飲食店では、時に怒号が飛び交う。その商売に命をかけているからこそ熱がこもり、スタッフの至らぬ点を叱責してしまうものなのだろう。繁盛している店や昼時に混雑する店では、その光景は顕著だったりもする。

ところがどっこい、ごく稀に、客に丸聞こえの位置で、客に丸見えの位置で、従業員を怒鳴りつける店長なり先輩なりがいる。とてもじゃないが客として歓迎できるものじゃない。

以前、地元の先輩が結婚され、その後、地元を離れ夫婦で生活しているとのことで、「よし、じゃあその街まで行きますんで、呑みましょうや」と相成り、とある商店街にある、できたばかりの立呑み海鮮居酒屋に呑みに行ったことがある。

まだ、店の外には開店を祝う花々が飾られてあるほどに新しく、店内にも開店直後といった初々しさが漂っていた。従業員のコスチュームもピカピカ。カウンターにはもちろん、経年による汚れなど微塵もない。それなりの大箱で、立呑み海鮮居酒屋とはいえ、大型の大衆居酒屋のような店構えをしていた。

久しぶりに会った先輩と、昔話やら将来の話で盛り上がる。若い時に「後輩とはかくあるべし」を叩き込んでくれた先輩だ。社会ではそれなりに慇懃無礼な態度が取れたとしても、地元の先輩には臆してしまう。怒鳴られたりド突かれたりした記憶を、身体全体が覚えているようだ。

僕と先輩が立呑むカウンターを挟んで従業員が立つ。50代半ばといったところの、おっちゃん。店が開店直後ということもあり、またおっちゃんの動作のたどたどしさからして、いわゆるオープニングスタッフと呼ばれるやつだろう。こちらとしても、別にせかせかと呑むわけじゃない。時間の流れを感じながら、のんびりやりたい。

ところが、それを許さなかった男がいる。店長、もしくは店長に限りなく近いポジションの男性である。

オープニングスタッフのおっちゃんよりも少し年下に見える店長、もしくは店長に限りなく近いおっさん。おっさんはおっちゃんのところに近づいてくると、働きっぷりを大声で叱責しはじめたのである。カウンターの目の前でだよ。おっさんは怒り狂ってるし、おっちゃんは恐縮しまくっているし。おっさんの声があまりにもデカ過ぎて、我々の会話の声も聞こえないほど。

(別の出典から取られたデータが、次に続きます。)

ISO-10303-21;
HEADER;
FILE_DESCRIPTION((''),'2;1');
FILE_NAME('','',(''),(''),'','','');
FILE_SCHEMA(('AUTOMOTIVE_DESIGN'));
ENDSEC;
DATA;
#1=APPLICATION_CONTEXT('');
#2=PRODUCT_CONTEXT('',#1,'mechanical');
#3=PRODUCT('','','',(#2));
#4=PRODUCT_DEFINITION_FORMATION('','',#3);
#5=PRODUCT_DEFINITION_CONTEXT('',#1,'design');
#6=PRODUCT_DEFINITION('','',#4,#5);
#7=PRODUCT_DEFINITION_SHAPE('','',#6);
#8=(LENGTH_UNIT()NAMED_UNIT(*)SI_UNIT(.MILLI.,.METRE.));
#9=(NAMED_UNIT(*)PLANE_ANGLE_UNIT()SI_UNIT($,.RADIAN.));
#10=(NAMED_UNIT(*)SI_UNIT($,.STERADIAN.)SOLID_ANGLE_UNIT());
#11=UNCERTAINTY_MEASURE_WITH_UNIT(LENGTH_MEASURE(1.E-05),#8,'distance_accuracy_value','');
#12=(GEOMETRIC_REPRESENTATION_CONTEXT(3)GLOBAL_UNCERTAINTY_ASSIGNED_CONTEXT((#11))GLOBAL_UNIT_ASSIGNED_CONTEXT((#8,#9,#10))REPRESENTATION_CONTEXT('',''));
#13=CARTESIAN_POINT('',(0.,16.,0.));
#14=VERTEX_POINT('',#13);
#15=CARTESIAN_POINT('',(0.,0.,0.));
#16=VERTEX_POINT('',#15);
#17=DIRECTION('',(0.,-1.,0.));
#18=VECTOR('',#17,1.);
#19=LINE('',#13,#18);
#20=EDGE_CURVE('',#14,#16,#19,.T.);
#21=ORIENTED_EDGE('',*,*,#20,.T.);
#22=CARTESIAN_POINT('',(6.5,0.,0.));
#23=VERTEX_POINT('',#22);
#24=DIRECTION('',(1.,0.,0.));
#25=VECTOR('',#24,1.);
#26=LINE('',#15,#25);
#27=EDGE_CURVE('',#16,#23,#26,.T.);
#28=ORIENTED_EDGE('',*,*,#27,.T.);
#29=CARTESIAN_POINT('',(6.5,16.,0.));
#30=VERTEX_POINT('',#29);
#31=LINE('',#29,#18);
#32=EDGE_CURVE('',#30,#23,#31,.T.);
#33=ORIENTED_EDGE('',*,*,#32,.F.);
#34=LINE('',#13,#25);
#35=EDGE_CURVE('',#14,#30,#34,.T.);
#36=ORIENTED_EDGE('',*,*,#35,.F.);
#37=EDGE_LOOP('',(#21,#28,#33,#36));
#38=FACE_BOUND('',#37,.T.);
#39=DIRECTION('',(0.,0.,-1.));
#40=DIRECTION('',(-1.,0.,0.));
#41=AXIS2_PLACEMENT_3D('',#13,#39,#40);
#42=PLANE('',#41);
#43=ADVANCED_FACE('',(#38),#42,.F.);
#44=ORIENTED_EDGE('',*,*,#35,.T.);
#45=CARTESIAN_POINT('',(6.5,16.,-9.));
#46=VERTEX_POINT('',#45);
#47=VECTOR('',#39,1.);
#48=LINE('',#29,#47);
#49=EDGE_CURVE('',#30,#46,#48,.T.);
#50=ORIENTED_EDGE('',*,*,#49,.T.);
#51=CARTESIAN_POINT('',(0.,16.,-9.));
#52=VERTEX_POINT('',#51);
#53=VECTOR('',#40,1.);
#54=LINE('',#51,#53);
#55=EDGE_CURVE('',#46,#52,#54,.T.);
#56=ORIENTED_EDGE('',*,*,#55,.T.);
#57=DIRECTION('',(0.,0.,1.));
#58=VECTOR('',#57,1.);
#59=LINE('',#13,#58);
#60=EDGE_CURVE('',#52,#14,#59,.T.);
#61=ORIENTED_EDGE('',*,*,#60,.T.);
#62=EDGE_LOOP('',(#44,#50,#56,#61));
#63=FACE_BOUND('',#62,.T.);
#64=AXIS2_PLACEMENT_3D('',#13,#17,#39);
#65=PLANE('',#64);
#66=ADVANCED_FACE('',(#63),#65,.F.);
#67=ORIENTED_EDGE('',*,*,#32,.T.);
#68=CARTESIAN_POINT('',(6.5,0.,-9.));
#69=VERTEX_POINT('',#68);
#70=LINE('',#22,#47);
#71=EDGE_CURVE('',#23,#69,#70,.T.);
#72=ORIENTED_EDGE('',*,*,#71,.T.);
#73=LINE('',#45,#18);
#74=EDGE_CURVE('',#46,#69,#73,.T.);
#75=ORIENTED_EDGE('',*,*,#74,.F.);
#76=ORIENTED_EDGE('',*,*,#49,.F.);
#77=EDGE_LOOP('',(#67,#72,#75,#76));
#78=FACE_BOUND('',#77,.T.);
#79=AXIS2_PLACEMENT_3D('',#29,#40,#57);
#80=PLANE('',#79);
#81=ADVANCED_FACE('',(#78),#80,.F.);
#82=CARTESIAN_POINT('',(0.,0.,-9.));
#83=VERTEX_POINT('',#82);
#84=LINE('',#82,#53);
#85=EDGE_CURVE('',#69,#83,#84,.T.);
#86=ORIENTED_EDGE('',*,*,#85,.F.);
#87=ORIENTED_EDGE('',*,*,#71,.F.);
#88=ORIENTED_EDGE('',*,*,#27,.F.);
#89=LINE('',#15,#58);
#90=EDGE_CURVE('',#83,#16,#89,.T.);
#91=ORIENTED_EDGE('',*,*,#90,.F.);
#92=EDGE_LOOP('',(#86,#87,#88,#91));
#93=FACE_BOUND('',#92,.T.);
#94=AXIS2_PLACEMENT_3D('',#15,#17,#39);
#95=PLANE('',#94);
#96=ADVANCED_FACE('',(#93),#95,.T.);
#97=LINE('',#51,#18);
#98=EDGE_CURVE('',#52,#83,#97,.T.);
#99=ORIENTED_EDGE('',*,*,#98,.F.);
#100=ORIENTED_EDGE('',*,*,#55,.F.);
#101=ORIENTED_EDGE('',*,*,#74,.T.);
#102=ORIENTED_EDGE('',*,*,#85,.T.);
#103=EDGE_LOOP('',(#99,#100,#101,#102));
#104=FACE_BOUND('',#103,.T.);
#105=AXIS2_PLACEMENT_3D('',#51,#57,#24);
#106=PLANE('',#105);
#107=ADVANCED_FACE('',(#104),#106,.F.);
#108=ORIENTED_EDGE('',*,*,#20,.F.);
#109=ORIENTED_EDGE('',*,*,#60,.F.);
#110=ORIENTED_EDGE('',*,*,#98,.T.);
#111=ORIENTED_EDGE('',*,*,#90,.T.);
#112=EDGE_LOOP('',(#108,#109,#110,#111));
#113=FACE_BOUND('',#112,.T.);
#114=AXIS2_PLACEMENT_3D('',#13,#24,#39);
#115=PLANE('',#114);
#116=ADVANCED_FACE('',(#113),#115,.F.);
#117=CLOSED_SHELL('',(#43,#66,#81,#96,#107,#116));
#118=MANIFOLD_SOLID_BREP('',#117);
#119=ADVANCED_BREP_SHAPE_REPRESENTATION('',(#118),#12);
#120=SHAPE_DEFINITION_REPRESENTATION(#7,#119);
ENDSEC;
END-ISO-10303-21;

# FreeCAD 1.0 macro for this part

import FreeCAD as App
import Part
import Sketcher
from FreeCAD import Vector


def add_polygon(sketch, points):
    """Adds a closed chain of lines whose ends are joined by coincident constraints."""
    first, n = sketch.GeometryCount, len(points)
    for a, b in zip(points, points[1:] + points[:1]):
        sketch.addGeometry(Part.LineSegment(App.Vector(*a, 0), App.Vector(*b, 0)), False)
    for i in range(n):
        sketch.addConstraint(Sketcher.Constraint("Coincident", first + i, 2, first + (i + 1) % n, 1))

doc = App.newDocument("Part")
body = doc.addObject("PartDesign::Body", "Body")

sketch1 = body.newObject("Sketcher::SketchObject", "Sketch")
sketch1.AttachmentSupport = (doc.getObject("XZ_Plane"), [""])
sketch1.MapMode = "FlatFace"
add_polygon(sketch1, [(0, -9), (0, 0), (6, 0), (6, -9)])
sketch1.addConstraint([
    Sketcher.Constraint("Vertical", 0),
    Sketcher.Constraint("Horizontal", 1),
    Sketcher.Constraint("Vertical", 2),
    Sketcher.Constraint("Horizontal", 3),
    Sketcher.Constraint("Coincident", 0, 2, -1, 1),
    Sketcher.Constraint("DistanceY", 0, 1, 0, 2, 9.0),
    Sketcher.Constraint("DistanceX", 1, 1, 1, 2, 6.5),
])
pad1 = body.newObject("PartDesign::Pad", "Pad")
pad1.Profile = sketch1
pad1.Length = 16
pad1.Reversed = True

doc.recompute()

そして何より、誰かが怒られている様子を見て、気分を良くする人間なんているわけがない。大抵の酒は不味くなるだろうし、会話も湿ってしまう。「なんだかなぁ……」と思っていると、先輩はそれを良しとしなかった。

「なあなあ、おっちゃん。こっちは気分良ぅ呑んでるねんからさぁ。怒るんやったら奥に連れてって怒ったりぃや。見せられてるほうも気分悪いし、おっちゃんも情けないところ、客に見られたないやろし。そやから、奥行って、やりーな」

圧巻。圧倒的。一撃で悶着を沈めはった。なんという迫力。なんという威圧感。正義。ド正義。ド正論。その様子を隣で眺めながら、ひたすらにカッコいいと感じた。男というものは、かくあるべき。悶着を圧倒的な迫力で鎮静する。先輩は、ひと言怒鳴るだけで、眼前のイザコザを収束させたわけである。その姿は、ひたすらにカッコ良かった。

さて、ここからが本題。お待たせいたしました。

先日、やや久しく会っていなかった友人と酒を酌み交わす機会があり、まずは大衆居酒屋でワイワイとやる。旧知の仲と呑む場合、昔を懐かしむ会話が多くなりがちではあるが、旧知の仲だからこそ、未来の話ができれば、なおさらに酒は旨くなる。そんなことをしみじみと感じながら閉店間際まで呑んだ。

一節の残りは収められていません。